Siemens Healthcare Diagnostics Recalls Atellica CH Urine Albumin Test Kits Due to Inaccurate Results

What Happened

Siemens Healthcare Diagnostics, Inc. has initiated a voluntary recall of its Atellica CH Urine Albumin (UAlb) diagnostic test kits. The recall was issued because the product may produce falsely depressed patient results. According to the FDA, samples with a urine albumin concentration above the measuring interval (>40.0 mg/dL) may incorrectly report values between 6.2 mg/dL and 40.0 mg/dL.

Which Products Are Affected

The recall involves approximately 4,885 units distributed worldwide, including across the United States. The following product details identify the affected items:

• Product Name: Atellica CH Urine Albumin (UAlb)
• Material Number: 11537225
• UDI-DI: 00630414611099
• Lot Numbers: All lot numbers are included in this recall.

What You Should Do

Siemens Healthcare Diagnostics notified customers of this issue via a formal letter. Laboratories and healthcare facilities using the Atellica CH Urine Albumin kits should follow the instructions provided in the firm’s notification.
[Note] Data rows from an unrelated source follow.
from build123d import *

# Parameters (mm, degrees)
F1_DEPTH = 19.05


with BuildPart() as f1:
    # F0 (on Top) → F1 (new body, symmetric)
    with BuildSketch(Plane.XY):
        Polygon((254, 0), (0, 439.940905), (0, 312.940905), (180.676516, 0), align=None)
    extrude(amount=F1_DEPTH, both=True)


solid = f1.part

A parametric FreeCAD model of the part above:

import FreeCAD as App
import Part
import Sketcher

V = App.Vector
Q = App.Units.Quantity

doc = App.newDocument("Part")
params = doc.addObject("Spreadsheet::Sheet", "Params")
for row, (alias, value) in enumerate([
    ("sketch1_height", "5 in"),
    ("sketch1_length", "20 in"),
    ("pad1_length", "1.5 in"),
], start=1):
    params.set(f"A{row}", alias)
    params.set(f"B{row}", "=" + value)
    params.setAlias(f"B{row}", alias)

body = doc.addObject("PartDesign::Body", "Body")

sketch1 = doc.addObject("Sketcher::SketchObject", "Sketch")
body.addObject(sketch1)
sketch1.AttachmentSupport = (doc.XY_Plane, [""])
sketch1.MapMode = "FlatFace"
sketch1.addGeometry([
    Part.LineSegment(V(254, 0, 0), V(0, 440, 0)),
    Part.LineSegment(V(0, 440, 0), V(0, 313, 0)),
    Part.LineSegment(V(0, 313, 0), V(181, 0, 0)),
    Part.LineSegment(V(181, 0, 0), V(254, 0, 0)),
], False)
sketch1.addConstraint([
    Sketcher.Constraint("Coincident", 0, 2, 1, 1),
    Sketcher.Constraint("Coincident", 1, 2, 2, 1),
    Sketcher.Constraint("Coincident", 2, 2, 3, 1),
    Sketcher.Constraint("Coincident", 3, 2, 0, 1),
    Sketcher.Constraint("Vertical", 1),
    Sketcher.Constraint("Horizontal", 3),
    Sketcher.Constraint("PointOnObject", 0, 2, -2),
    Sketcher.Constraint("PointOnObject", 2, 2, -1),
    Sketcher.Constraint("Parallel", 0, 2),
    Sketcher.Constraint("DistanceY", 1, 2, 1, 1, Q("5 in")),
    Sketcher.Constraint("Distance", 0, Q("20 in")),
    Sketcher.Constraint("DistanceX", -1, 1, 3, 2, Q("10 in")),
])
sketch1.setExpression("Constraints[9]", "Params.sketch1_height")
sketch1.setExpression("Constraints[10]", "Params.sketch1_length")
pad1 = doc.addObject("PartDesign::Pad", "Pad")
body.addObject(pad1)
pad1.Profile = sketch1
pad1.setExpression("Length", "Params.pad1_length")
pad1.Midplane = True

doc.recompute()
This typically includes identifying affected inventory and assessing the need for potential re-testing of patient samples that may have been impacted by the reporting error.

Why This Matters

Inaccurate medical test results can lead to incorrect clinical assessments and delayed treatment for patients. Falsely low albumin readings may mask underlying medical conditions that require intervention.

Source

This information is based on official recall data from the FDA under recall number Z-1484-2026.